Le décret du 15 septembre 2003 stipulait que "les médecins participent à la permanence des soins sur la base du volontariat" (article R733). En 2015, un rapport de la Commission des Affaires sociales de l’Assemblée nationale (rapport corédigé par Catherine Lemorton et Jean-Pierre Door) soulignait l’érosion du volontariat des médecins généralistes pour participer à la permanence des soins et les premiers effets perceptibles s’agissant du recours aux services d’urgence.
Comme toujours dans ce type de rapport, la vérité était édulcorée. En réalité, les médecins qui ont démarré leur activité après cette réforme n’ont dans leur écrasante majorité jamais participé à la permanence des soins sur une base volontaire ; il est même vraisemblable que nombre d’entre eux ne savent même pas de quoi il s’agit. Cette génération de médecins post-35 heures est beaucoup plus soucieuse de sa qualité de vie que les précédentes et peu encline à subir des horaires harassants. Martine Aubry avait reconnu que si elle avait ne fût-ce qu’envisagé que le personnel soignant puisse revendiquer les 35 heures, elle n’aurait jamais milité pour cette loi…Elle avait raison, sa loi a déstabilisé le système de santé pour des décennies, y compris dans son volet de médecine libérale.

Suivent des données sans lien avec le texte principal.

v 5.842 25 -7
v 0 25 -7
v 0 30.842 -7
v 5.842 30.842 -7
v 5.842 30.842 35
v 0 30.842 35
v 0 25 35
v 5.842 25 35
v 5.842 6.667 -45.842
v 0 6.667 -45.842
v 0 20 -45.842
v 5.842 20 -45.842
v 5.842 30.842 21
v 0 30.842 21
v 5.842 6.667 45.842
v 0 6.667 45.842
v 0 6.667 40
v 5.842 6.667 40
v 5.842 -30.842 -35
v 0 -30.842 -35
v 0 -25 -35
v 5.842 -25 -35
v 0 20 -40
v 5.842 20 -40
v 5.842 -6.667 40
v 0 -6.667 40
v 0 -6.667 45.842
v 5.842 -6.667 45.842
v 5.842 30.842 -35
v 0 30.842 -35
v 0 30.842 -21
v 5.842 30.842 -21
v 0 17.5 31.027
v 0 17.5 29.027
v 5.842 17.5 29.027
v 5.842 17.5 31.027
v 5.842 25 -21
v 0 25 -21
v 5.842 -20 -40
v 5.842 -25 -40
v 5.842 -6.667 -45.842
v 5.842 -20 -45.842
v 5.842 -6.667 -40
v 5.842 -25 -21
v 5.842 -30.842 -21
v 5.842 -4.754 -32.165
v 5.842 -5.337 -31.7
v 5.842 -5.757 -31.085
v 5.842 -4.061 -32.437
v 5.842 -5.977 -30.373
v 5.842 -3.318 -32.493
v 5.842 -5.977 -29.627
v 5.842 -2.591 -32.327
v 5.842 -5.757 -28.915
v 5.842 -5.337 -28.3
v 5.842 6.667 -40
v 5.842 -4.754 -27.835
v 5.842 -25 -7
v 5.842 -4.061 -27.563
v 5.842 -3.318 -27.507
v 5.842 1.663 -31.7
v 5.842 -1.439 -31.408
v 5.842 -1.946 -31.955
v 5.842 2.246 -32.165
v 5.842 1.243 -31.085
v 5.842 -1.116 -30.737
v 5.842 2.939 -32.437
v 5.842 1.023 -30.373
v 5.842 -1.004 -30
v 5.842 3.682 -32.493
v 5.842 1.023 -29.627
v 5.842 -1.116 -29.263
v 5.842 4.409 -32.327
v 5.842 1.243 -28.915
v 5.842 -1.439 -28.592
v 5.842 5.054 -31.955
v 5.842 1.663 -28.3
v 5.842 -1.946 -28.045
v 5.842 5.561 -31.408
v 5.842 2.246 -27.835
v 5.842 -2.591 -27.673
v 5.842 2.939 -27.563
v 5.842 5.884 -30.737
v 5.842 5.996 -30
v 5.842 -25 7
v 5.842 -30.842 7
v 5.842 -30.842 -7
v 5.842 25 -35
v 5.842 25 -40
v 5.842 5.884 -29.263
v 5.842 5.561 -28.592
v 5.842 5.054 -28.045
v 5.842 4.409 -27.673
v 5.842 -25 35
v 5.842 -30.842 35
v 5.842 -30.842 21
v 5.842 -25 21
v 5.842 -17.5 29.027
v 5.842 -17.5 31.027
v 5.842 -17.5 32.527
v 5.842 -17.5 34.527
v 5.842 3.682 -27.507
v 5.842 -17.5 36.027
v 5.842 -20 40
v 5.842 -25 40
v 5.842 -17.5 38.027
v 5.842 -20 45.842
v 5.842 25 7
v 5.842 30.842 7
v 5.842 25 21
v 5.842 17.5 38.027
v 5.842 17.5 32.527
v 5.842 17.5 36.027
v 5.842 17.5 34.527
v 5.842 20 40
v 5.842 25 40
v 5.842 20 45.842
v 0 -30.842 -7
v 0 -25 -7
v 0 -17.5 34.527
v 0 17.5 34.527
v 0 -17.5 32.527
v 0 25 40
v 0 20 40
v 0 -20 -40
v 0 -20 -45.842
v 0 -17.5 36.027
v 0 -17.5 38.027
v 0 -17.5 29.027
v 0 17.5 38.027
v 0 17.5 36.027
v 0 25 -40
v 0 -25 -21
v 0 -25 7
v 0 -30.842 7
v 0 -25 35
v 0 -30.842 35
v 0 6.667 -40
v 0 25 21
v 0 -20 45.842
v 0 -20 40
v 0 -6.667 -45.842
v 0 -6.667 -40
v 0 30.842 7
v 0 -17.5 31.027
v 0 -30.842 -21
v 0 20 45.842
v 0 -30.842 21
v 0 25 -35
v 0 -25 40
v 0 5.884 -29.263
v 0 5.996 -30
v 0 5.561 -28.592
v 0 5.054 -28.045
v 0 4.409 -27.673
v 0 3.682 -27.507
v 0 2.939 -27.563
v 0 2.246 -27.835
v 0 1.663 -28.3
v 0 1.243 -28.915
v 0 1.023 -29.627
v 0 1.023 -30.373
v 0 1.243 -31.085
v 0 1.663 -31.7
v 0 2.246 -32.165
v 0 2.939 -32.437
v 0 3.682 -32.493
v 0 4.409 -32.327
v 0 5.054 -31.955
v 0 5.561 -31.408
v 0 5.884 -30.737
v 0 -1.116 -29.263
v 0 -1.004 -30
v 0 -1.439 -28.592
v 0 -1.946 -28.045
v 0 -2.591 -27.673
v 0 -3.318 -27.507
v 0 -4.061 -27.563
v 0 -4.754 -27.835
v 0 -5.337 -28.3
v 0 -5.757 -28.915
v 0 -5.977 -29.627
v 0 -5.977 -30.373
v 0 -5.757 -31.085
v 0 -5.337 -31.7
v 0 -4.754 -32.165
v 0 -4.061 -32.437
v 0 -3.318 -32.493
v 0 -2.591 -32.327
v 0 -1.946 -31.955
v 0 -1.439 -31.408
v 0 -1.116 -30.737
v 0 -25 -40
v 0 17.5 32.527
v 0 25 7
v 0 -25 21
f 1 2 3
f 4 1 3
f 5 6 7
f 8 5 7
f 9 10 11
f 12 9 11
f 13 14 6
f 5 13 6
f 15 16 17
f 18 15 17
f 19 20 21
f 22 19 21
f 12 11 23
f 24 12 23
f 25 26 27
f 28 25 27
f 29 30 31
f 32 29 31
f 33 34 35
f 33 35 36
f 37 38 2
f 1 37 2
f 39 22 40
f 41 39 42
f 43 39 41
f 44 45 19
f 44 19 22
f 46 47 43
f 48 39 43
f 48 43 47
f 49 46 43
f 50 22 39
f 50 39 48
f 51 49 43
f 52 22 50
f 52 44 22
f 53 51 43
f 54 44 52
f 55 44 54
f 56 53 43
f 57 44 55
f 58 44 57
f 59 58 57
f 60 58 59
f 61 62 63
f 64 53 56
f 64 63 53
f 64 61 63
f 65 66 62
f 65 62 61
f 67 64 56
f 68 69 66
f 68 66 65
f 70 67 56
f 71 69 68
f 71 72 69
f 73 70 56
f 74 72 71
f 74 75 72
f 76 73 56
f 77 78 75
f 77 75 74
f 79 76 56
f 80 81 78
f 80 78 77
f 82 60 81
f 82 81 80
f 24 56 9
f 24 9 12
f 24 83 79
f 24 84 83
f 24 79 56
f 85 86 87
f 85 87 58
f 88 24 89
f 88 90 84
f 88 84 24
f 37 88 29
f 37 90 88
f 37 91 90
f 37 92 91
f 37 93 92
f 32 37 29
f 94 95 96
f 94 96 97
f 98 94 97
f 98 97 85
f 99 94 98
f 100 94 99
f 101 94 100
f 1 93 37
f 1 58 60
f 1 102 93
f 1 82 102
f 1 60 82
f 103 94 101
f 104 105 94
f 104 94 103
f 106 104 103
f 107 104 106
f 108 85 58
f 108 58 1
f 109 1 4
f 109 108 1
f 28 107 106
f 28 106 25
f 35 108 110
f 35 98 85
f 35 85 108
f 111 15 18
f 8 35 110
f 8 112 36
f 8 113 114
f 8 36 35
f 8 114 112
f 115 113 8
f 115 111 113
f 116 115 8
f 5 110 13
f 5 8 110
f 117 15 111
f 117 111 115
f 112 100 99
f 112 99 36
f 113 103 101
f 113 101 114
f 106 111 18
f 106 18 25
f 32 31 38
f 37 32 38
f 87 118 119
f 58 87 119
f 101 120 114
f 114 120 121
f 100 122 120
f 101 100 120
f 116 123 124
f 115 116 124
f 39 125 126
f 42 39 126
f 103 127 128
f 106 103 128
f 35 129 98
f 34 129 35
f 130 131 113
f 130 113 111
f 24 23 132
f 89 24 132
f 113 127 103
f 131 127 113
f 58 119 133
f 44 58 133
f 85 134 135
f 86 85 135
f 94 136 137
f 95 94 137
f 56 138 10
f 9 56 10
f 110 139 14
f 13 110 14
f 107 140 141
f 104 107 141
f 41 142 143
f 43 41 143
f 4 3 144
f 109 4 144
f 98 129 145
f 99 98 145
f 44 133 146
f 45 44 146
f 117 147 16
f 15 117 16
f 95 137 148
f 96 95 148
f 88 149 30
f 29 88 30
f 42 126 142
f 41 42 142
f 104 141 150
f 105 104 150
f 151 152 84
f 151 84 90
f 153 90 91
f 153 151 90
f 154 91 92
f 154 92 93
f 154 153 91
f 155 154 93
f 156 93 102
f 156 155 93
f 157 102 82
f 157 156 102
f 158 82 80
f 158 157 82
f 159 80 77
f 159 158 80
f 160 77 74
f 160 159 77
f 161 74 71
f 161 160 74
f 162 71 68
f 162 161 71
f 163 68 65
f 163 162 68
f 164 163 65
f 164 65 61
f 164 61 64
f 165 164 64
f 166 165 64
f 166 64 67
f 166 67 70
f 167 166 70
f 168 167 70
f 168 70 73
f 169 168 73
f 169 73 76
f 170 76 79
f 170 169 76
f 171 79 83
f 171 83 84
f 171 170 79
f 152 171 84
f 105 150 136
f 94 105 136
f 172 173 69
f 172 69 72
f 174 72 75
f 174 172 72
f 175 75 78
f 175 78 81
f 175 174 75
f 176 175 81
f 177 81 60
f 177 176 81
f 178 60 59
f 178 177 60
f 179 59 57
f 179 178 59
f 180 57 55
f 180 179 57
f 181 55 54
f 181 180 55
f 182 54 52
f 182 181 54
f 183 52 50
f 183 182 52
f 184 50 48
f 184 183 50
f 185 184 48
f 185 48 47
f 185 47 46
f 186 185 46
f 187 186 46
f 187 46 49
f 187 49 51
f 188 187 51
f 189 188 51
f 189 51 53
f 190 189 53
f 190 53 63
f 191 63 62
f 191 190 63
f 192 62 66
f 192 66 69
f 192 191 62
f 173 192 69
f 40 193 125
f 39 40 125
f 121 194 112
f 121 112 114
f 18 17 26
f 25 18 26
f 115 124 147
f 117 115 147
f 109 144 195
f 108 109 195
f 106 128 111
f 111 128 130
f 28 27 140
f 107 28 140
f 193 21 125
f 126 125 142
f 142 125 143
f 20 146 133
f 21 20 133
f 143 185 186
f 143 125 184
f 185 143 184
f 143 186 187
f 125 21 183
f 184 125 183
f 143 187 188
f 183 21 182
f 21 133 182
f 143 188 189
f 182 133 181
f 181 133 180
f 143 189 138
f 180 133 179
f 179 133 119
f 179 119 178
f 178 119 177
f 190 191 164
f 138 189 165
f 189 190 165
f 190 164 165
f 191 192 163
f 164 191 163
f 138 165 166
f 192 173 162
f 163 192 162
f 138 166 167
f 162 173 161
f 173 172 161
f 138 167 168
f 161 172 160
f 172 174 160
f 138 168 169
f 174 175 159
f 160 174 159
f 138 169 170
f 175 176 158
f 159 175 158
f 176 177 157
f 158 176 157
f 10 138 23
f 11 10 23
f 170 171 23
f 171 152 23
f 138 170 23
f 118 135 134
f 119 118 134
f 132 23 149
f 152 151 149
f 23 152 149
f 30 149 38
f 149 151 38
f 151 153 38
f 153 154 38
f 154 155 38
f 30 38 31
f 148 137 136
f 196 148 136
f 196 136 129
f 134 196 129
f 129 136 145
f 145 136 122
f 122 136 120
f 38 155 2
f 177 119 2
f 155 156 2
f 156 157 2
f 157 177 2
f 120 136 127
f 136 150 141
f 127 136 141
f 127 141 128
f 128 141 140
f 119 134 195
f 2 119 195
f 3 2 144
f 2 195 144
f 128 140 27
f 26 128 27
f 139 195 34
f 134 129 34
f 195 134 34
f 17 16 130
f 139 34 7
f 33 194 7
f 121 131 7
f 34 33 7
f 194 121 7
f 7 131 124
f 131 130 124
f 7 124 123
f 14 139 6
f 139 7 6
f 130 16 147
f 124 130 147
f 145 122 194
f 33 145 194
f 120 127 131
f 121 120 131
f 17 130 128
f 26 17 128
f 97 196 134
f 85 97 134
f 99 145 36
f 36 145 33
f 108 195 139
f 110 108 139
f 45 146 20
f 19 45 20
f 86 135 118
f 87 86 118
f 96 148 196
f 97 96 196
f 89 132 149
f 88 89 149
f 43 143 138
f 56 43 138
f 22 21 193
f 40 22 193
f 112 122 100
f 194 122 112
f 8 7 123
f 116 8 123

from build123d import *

# Parameters (mm, degrees)
F0_R     = 2.5
F0_W     = 35
F0_H     = 2
F1_DEPTH = 5.842


with BuildPart() as f1:
    # F0 (on Right) → F1 (new body)
    with BuildSketch(Plane.YZ):
        Polygon((-25, -35), (-25, -40), (-20, -40), (-20, -45.842), (-6.666667, -45.842), (-6.666667, -40), (6.666667, -40), (6.666667, -45.842), (20, -45.842), (20, -40), (25, -40), (25, -35), (30.842, -35), (30.842, -21), (25, -21), (25, -7), (30.842, -7), (30.842, 7), (25, 7), (25, 21), (30.842, 21), (30.842, 35), (25, 35), (25, 40), (20, 40), (20, 45.842), (6.666667, 45.842), (6.666667, 40), (-6.666667, 40), (-6.666667, 45.842), (-20, 45.842), (-20, 40), (-25, 40), (-25, 35), (-30.842, 35), (-30.842, 21), (-25, 21), (-25, 7), (-30.842, 7), (-30.842, -7), (-25, -7), (-25, -21), (-30.842, -21), (-30.842, -35), align=None)
        with Locations((-3.50444, -30)):
            Circle(F0_R, mode=Mode.SUBTRACT)
        with Locations((3.49556, -30)):
            Circle(F0_R, mode=Mode.SUBTRACT)
        with Locations((0, 30.027077)):
            Rectangle(F0_W, F0_H, mode=Mode.SUBTRACT)
        with Locations((0, 33.527077)):
            Rectangle(F0_W, F0_H, mode=Mode.SUBTRACT)
        with Locations((0, 37.027077)):
            Rectangle(F0_W, F0_H, mode=Mode.SUBTRACT)
    extrude(amount=F1_DEPTH)


solid = f1.part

La conjugaison de la réforme de la permanence des soins et du choc de générations dans le corps médical explique en grande partie l’inexorable descente aux enfers des urgences. Chaque année, il y a moins de médecins libéraux volontaires pour effectuer ce travail de triage sans lequel un système urgentiste ne peut pas fonctionner normalement. D’autres raisons sur lesquelles je reviendrai aggravent les choses mais le péché originel est là.
Étonnamment, personne n’en parle, le sujet est tabou et visiblement effacé de la mémoire collective (personne autour de moi, y compris de bons connaisseurs du système, ne se souvenait même de l’existence d’une permanence des soins en ville lors d’un micro-trottoir que j’ai fait récemment). Pourquoi ce tabou ? Sans doute parce qu’au pays des 35 heures, on considère comme légitime de ne pas avoir de contraintes horaires. Sauf dans les services d’urgence, considérés comme taillables et corvéables à merci. D’où le malaise actuel et la colère légitime d’urgentistes qui n’en peuvent plus d’être les forçats d’un système de santé malade et dévoyé.